=== Records shown ===
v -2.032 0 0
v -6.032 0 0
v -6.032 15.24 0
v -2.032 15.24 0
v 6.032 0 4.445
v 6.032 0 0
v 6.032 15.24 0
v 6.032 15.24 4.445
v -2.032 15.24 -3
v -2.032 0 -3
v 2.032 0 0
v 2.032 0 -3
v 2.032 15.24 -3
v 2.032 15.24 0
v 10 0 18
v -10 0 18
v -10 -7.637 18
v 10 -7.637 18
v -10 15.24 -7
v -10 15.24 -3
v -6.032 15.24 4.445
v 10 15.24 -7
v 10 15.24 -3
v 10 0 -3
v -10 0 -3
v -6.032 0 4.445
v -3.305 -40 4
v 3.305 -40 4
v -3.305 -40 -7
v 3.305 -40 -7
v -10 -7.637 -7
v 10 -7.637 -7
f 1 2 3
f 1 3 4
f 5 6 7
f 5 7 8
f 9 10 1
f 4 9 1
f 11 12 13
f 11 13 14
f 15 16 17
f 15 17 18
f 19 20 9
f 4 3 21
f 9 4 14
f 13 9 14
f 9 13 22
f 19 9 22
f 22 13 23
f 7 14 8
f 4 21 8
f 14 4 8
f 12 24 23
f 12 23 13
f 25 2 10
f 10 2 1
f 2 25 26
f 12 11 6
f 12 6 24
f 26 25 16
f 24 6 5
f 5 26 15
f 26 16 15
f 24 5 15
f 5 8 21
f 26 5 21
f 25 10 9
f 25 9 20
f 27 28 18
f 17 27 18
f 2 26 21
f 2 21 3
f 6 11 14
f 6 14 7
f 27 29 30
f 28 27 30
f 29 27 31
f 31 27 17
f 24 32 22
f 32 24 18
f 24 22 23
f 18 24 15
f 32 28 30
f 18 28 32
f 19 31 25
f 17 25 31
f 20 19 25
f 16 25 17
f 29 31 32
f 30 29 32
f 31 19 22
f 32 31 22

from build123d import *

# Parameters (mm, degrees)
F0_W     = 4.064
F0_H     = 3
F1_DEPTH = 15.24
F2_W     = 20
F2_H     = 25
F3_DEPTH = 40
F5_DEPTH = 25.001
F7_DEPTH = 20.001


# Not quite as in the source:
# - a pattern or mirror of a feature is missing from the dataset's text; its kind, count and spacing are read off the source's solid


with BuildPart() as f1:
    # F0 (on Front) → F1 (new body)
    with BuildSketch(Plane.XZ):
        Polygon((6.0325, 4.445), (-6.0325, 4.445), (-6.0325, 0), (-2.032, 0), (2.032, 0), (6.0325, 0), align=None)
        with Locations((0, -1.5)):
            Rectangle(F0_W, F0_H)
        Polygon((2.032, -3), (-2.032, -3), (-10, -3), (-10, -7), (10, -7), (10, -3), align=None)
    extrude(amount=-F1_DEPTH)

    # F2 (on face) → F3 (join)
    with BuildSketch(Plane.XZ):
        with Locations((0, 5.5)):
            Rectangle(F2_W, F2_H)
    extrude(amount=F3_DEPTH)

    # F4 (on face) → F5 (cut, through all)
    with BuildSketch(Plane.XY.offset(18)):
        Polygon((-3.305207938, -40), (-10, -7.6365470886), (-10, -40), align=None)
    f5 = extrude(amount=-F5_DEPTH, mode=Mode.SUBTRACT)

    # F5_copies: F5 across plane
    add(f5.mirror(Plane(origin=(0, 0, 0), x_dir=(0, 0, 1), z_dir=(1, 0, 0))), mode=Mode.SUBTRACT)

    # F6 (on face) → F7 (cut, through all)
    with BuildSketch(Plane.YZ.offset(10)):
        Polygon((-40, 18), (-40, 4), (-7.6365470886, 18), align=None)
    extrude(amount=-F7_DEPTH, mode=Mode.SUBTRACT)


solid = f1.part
===
=== Records shown ===
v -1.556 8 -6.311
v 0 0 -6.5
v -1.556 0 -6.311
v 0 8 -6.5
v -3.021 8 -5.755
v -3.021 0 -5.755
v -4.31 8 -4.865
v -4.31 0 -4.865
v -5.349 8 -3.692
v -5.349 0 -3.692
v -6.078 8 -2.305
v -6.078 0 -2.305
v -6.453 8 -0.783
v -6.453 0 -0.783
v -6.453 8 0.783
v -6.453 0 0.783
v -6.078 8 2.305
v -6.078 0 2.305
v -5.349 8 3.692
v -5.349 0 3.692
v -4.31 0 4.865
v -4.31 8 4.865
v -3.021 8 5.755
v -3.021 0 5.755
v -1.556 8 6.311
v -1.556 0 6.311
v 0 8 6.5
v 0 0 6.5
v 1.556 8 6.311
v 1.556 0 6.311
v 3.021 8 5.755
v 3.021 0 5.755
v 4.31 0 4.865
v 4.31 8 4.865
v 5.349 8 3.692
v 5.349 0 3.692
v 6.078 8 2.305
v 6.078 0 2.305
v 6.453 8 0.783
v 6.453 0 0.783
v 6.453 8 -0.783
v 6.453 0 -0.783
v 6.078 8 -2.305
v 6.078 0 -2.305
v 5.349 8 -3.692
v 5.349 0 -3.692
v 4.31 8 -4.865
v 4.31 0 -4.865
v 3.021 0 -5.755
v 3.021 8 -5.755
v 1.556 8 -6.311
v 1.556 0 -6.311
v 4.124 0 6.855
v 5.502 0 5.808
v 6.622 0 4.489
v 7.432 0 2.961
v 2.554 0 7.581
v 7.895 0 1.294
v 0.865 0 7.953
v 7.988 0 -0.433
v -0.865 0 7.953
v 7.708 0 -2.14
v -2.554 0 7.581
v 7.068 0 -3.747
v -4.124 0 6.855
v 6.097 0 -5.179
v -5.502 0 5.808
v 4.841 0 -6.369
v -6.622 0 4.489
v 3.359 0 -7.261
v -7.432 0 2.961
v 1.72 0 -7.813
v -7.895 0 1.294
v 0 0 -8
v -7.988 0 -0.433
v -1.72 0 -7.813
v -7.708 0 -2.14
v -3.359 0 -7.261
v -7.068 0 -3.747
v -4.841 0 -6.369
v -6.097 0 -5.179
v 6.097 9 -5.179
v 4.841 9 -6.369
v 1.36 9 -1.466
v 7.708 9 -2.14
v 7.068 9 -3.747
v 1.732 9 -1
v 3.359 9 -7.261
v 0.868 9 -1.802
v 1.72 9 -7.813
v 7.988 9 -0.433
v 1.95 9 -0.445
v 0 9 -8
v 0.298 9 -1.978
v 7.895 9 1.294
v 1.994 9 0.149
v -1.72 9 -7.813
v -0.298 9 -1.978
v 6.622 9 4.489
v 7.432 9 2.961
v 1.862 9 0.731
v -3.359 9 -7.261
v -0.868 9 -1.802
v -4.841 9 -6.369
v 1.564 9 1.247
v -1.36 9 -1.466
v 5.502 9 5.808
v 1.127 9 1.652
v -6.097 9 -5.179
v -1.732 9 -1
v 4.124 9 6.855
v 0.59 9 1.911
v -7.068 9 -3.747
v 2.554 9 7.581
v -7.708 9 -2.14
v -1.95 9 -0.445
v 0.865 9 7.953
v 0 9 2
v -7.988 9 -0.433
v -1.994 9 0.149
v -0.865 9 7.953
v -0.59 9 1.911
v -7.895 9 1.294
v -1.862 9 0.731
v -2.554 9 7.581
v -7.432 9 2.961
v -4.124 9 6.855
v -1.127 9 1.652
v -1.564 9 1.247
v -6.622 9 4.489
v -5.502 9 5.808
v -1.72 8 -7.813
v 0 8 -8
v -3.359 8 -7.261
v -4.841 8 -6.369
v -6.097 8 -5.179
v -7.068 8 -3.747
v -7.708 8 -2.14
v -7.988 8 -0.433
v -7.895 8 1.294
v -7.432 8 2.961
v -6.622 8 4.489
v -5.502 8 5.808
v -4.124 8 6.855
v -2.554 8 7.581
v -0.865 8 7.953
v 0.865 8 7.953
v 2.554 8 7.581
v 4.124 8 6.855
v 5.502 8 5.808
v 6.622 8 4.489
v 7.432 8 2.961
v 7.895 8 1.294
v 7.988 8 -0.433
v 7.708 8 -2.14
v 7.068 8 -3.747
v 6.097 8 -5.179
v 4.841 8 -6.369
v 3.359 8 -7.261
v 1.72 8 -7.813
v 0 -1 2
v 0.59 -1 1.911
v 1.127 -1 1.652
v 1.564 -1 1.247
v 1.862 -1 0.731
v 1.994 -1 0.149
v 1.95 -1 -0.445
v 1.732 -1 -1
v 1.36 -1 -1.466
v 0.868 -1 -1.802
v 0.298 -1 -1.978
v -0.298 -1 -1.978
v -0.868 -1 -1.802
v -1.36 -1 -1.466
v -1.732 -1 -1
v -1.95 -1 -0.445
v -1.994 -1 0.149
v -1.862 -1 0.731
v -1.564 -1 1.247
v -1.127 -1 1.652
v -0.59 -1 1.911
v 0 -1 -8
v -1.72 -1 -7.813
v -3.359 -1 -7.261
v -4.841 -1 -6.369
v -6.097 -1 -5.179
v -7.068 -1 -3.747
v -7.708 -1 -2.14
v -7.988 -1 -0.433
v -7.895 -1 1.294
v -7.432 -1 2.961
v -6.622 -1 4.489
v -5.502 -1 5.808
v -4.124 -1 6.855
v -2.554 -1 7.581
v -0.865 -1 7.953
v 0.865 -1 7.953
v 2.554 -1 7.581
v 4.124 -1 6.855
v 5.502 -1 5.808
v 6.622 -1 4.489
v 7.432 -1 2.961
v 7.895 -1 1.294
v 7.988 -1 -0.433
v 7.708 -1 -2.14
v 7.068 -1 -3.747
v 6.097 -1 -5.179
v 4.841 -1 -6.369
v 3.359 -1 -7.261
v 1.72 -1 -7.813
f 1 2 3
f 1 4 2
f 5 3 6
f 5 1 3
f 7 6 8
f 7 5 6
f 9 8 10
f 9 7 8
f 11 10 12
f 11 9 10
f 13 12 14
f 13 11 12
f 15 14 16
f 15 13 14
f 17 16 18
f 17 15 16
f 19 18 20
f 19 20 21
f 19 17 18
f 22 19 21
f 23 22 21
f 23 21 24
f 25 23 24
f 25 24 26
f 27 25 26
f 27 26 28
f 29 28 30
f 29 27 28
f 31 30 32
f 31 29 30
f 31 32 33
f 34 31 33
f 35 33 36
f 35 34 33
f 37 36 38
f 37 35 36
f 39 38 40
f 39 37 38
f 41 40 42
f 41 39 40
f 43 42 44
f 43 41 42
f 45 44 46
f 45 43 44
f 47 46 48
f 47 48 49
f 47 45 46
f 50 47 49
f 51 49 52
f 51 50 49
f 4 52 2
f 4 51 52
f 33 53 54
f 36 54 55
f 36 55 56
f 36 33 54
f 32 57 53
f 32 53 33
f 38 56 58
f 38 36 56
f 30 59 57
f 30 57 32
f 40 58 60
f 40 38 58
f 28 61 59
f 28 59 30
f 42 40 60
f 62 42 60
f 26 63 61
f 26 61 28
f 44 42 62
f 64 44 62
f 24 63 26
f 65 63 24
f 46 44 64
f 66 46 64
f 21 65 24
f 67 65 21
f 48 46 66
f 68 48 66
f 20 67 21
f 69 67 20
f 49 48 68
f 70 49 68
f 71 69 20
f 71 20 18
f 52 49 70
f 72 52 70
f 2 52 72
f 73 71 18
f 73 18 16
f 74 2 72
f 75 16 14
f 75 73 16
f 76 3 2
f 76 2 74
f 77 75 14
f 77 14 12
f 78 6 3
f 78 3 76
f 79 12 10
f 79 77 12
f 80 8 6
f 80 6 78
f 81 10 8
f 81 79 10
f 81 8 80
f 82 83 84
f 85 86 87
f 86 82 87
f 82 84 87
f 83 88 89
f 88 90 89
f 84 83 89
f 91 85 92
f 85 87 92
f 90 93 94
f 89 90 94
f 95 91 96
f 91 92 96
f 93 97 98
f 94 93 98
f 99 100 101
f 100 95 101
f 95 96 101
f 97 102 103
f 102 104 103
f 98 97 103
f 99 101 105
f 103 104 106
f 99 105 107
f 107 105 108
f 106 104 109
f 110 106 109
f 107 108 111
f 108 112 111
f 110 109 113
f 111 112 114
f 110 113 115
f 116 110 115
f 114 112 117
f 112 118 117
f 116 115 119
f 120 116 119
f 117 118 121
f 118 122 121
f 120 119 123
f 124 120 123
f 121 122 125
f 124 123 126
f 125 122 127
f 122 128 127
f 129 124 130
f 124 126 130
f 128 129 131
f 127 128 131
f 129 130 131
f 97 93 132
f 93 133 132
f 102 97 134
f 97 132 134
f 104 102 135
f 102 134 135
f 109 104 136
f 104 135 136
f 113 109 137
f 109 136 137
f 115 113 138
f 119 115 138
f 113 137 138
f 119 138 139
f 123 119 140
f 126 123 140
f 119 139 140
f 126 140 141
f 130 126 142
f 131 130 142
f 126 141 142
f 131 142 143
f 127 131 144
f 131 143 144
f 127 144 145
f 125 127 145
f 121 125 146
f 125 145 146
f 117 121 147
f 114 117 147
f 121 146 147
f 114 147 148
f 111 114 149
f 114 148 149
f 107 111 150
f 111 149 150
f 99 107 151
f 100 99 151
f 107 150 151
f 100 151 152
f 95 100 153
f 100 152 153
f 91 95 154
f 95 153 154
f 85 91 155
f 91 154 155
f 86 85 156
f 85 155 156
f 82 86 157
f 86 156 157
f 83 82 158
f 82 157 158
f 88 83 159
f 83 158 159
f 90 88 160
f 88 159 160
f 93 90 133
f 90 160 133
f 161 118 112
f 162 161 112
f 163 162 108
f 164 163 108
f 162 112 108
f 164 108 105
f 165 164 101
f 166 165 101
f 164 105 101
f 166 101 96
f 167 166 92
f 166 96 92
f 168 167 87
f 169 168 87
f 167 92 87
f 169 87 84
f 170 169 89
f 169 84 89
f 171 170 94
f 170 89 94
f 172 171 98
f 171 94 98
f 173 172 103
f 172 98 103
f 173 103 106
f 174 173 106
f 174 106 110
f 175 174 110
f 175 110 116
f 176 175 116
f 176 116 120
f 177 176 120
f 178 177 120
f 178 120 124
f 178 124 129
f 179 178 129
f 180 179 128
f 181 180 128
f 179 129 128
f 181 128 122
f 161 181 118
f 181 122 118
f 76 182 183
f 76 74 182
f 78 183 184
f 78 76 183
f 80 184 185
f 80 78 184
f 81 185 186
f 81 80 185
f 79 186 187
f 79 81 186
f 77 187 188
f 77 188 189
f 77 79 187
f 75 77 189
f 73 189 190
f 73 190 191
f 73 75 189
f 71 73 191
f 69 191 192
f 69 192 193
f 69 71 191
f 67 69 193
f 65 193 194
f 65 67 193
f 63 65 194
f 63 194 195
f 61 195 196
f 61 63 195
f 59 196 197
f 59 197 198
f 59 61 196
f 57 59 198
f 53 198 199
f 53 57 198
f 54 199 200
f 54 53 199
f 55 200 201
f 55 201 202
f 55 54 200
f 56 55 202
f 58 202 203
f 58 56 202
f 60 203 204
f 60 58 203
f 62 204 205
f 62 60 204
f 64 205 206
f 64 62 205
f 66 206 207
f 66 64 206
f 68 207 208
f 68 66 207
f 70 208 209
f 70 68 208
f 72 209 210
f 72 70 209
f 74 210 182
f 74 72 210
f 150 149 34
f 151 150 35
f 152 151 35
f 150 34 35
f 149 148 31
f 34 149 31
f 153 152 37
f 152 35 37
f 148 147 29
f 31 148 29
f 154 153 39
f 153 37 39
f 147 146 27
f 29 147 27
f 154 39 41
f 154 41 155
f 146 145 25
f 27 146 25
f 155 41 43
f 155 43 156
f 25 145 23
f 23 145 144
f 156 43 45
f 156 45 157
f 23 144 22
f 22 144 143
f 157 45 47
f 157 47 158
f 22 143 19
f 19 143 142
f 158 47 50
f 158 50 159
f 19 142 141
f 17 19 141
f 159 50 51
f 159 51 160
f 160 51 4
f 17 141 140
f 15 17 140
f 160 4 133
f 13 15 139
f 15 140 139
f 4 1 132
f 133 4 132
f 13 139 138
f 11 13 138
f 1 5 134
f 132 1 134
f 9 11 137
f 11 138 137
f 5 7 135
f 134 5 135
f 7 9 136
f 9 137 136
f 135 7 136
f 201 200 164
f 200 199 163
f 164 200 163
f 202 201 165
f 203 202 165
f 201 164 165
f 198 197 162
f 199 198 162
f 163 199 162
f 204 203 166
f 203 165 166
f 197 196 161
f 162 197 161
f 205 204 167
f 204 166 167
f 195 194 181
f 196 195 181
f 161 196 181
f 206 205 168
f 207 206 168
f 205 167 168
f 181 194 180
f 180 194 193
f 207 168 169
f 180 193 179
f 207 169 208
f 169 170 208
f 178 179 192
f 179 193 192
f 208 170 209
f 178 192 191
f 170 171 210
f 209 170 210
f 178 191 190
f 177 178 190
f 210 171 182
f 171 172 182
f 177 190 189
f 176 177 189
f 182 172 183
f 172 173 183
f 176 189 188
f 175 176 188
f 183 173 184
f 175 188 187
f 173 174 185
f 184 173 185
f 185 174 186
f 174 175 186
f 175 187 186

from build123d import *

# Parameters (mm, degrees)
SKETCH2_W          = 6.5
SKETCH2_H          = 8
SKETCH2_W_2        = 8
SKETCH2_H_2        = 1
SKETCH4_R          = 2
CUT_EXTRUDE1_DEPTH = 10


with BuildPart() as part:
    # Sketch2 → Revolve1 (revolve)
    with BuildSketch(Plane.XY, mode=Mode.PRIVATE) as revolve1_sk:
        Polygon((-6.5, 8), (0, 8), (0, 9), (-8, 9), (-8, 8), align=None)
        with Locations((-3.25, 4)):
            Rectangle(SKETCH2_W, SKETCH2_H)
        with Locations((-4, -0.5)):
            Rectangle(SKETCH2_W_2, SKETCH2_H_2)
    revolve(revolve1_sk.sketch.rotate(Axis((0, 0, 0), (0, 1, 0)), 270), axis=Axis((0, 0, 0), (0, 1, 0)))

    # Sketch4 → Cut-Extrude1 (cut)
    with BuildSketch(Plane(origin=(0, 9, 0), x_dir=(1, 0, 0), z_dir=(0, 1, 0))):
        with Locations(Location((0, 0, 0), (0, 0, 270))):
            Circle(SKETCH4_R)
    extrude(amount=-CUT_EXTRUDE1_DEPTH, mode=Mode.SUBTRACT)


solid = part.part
===
*Work item*
Your answer should consist solely of the lines above from the line with "v 1.862 -1 0.731" to the line with "v -7.708 -1 -2.14", both included, reproduced exactly.

*Response to the exercise*
v 1.862 -1 0.731
v 1.994 -1 0.149
v 1.95 -1 -0.445
v 1.732 -1 -1
v 1.36 -1 -1.466
v 0.868 -1 -1.802
v 0.298 -1 -1.978
v -0.298 -1 -1.978
v -0.868 -1 -1.802
v -1.36 -1 -1.466
v -1.732 -1 -1
v -1.95 -1 -0.445
v -1.994 -1 0.149
v -1.862 -1 0.731
v -1.564 -1 1.247
v -1.127 -1 1.652
v -0.59 -1 1.911
v 0 -1 -8
v -1.72 -1 -7.813
v -3.359 -1 -7.261
v -4.841 -1 -6.369
v -6.097 -1 -5.179
v -7.068 -1 -3.747
v -7.708 -1 -2.14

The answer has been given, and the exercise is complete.